_YOUR GOAL_: Find the line with "Rectangle(SKETCH1_W, SKETCH1_H)" and the line with "# Sketch4 → Boss-Extrude3 (add)" in the entries below; output exactly those two lines, every line between them, and no others.

^^^^^^^^

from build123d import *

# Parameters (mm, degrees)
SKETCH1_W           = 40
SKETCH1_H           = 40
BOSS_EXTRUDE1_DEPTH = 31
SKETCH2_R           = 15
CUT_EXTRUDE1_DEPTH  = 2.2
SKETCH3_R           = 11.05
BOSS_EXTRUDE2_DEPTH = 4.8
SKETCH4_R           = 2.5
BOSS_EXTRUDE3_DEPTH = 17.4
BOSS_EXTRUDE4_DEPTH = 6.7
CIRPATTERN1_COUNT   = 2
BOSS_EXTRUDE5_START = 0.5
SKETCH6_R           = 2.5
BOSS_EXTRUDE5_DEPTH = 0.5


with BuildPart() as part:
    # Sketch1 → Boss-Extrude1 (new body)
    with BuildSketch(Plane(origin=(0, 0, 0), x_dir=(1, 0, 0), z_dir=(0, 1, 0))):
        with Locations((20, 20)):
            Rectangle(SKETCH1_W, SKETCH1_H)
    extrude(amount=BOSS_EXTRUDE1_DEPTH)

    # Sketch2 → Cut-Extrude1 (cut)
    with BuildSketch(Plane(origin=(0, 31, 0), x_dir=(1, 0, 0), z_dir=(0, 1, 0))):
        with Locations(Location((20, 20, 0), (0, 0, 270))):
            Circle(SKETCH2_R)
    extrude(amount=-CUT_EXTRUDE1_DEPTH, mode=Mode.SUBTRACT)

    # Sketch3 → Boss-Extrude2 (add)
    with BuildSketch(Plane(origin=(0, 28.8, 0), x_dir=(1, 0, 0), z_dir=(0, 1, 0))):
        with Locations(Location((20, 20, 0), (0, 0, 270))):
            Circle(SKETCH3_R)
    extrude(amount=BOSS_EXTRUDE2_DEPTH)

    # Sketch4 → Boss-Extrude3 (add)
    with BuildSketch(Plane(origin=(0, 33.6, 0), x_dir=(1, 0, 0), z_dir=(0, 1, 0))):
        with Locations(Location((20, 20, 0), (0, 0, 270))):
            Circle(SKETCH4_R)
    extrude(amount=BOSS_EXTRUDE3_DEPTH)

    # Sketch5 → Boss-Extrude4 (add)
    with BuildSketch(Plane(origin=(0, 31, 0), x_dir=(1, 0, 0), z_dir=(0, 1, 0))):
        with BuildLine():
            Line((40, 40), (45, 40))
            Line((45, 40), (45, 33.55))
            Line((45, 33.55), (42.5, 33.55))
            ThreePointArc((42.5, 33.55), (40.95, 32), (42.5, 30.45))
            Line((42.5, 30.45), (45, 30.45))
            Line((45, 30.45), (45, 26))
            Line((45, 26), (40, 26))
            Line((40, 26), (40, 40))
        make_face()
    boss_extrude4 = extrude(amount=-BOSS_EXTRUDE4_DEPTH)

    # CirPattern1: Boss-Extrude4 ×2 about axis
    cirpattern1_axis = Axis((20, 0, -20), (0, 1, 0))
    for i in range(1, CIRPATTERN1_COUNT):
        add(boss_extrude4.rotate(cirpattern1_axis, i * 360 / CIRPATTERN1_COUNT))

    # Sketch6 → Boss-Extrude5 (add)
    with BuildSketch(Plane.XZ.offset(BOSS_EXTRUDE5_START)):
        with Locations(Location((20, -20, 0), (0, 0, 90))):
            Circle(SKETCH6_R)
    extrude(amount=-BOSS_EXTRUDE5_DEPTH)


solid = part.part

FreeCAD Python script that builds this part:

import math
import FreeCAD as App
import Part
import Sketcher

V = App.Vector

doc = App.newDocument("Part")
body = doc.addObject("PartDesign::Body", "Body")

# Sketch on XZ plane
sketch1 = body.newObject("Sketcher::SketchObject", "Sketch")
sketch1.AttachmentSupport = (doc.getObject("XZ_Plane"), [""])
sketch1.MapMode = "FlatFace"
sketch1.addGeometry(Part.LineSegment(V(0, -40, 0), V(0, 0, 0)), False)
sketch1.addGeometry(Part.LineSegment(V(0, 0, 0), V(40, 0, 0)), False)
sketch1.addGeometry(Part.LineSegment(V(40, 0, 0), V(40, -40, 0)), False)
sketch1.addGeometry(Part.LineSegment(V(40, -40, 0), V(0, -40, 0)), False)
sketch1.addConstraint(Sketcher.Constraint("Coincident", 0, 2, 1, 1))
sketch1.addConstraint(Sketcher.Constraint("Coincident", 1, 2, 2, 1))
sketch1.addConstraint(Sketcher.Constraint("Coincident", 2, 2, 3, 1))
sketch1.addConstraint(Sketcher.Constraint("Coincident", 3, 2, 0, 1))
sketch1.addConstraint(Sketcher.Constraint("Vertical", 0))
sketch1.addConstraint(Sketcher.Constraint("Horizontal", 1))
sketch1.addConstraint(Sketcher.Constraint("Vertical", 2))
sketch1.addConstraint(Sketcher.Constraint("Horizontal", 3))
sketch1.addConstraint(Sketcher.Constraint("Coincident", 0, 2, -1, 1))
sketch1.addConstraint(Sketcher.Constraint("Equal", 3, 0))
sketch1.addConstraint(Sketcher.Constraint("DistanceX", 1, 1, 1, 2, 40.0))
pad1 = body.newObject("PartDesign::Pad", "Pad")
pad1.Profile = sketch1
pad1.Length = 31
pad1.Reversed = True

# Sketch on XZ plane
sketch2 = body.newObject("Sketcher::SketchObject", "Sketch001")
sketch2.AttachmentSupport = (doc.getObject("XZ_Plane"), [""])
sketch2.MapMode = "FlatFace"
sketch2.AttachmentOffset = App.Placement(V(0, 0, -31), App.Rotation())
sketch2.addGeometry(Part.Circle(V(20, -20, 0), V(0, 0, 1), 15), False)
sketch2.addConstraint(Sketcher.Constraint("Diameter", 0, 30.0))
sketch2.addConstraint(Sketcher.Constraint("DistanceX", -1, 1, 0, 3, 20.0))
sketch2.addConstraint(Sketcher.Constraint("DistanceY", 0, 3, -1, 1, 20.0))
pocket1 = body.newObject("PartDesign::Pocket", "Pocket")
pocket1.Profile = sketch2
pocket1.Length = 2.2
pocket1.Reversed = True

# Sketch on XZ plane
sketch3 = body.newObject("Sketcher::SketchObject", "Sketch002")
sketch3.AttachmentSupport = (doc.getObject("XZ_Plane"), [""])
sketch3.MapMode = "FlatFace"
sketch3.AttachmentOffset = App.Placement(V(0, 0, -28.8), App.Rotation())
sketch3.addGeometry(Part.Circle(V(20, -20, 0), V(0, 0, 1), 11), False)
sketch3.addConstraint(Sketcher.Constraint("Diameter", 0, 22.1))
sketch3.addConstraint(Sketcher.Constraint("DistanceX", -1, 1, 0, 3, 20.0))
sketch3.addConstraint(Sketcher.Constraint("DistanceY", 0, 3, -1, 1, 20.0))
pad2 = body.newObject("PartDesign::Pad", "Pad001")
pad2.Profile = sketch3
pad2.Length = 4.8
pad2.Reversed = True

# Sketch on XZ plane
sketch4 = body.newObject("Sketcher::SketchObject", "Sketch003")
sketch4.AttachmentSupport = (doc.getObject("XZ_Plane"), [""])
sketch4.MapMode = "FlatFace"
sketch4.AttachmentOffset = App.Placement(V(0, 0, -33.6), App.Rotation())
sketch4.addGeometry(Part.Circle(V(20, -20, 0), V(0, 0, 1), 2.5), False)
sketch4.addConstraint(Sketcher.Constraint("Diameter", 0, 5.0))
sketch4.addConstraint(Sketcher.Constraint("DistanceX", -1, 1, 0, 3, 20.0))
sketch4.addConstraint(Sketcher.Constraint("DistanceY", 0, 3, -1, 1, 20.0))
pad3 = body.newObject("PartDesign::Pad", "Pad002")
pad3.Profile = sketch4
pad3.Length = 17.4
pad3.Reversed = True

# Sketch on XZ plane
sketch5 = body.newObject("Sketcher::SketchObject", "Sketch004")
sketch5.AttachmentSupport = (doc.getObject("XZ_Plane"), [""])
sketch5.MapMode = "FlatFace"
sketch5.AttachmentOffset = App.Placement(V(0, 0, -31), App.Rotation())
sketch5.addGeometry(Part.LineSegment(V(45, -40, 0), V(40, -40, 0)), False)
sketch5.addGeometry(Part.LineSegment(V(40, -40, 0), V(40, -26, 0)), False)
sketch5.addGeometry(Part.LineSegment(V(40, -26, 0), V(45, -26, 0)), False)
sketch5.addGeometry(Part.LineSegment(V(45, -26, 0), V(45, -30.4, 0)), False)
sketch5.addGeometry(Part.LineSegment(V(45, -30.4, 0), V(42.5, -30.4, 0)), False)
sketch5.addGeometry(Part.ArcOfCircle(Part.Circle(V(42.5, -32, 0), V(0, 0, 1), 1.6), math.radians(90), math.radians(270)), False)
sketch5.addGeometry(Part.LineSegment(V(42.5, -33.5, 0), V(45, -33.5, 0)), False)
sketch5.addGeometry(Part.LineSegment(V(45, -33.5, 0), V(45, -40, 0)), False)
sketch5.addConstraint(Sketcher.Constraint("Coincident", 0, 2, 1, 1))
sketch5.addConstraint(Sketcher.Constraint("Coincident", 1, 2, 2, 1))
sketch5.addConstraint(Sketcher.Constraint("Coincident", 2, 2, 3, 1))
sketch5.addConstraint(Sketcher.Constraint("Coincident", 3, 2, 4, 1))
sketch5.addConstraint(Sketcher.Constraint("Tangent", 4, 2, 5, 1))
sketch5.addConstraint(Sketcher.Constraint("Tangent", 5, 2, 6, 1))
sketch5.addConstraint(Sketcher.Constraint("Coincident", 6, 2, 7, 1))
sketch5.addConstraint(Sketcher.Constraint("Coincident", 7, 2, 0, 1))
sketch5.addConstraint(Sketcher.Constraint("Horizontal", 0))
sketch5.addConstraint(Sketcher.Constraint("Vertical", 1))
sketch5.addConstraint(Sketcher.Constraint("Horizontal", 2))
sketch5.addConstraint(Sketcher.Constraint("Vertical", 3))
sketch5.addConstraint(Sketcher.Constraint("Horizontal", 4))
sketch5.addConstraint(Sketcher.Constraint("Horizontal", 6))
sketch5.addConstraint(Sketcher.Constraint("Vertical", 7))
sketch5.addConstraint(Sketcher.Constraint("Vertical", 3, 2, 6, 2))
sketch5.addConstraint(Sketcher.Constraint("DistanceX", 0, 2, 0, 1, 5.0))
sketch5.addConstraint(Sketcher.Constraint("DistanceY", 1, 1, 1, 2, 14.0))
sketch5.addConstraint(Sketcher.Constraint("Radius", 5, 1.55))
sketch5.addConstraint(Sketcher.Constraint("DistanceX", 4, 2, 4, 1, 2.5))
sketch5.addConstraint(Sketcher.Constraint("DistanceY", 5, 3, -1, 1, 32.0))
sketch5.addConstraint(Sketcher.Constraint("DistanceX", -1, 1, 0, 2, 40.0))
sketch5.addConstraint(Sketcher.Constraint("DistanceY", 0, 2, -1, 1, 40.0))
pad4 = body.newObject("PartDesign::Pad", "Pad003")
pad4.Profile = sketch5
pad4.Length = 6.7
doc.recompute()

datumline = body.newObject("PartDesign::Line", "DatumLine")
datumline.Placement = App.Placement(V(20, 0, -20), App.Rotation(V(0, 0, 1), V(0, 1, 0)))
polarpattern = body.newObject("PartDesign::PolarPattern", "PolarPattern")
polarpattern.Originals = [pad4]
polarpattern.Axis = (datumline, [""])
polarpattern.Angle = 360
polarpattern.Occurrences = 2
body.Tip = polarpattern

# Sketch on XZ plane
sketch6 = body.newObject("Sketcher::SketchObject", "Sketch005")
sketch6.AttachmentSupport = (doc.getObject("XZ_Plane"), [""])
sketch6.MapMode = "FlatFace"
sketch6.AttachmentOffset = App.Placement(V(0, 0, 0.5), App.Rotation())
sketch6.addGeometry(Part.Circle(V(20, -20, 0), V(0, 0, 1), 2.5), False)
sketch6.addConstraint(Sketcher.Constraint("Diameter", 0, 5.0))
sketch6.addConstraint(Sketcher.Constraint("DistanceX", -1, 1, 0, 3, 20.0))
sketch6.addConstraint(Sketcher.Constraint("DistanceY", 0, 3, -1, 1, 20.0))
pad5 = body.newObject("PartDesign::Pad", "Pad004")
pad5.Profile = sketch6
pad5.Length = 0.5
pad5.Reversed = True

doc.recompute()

^^^^^^^^

_EXERCISE SOLUTION_:
            Rectangle(SKETCH1_W, SKETCH1_H)
    extrude(amount=BOSS_EXTRUDE1_DEPTH)

    # Sketch2 → Cut-Extrude1 (cut)
    with BuildSketch(Plane(origin=(0, 31, 0), x_dir=(1, 0, 0), z_dir=(0, 1, 0))):
        with Locations(Location((20, 20, 0), (0, 0, 270))):
            Circle(SKETCH2_R)
    extrude(amount=-CUT_EXTRUDE1_DEPTH, mode=Mode.SUBTRACT)

    # Sketch3 → Boss-Extrude2 (add)
    with BuildSketch(Plane(origin=(0, 28.8, 0), x_dir=(1, 0, 0), z_dir=(0, 1, 0))):
        with Locations(Location((20, 20, 0), (0, 0, 270))):
            Circle(SKETCH3_R)
    extrude(amount=BOSS_EXTRUDE2_DEPTH)

    # Sketch4 → Boss-Extrude3 (add)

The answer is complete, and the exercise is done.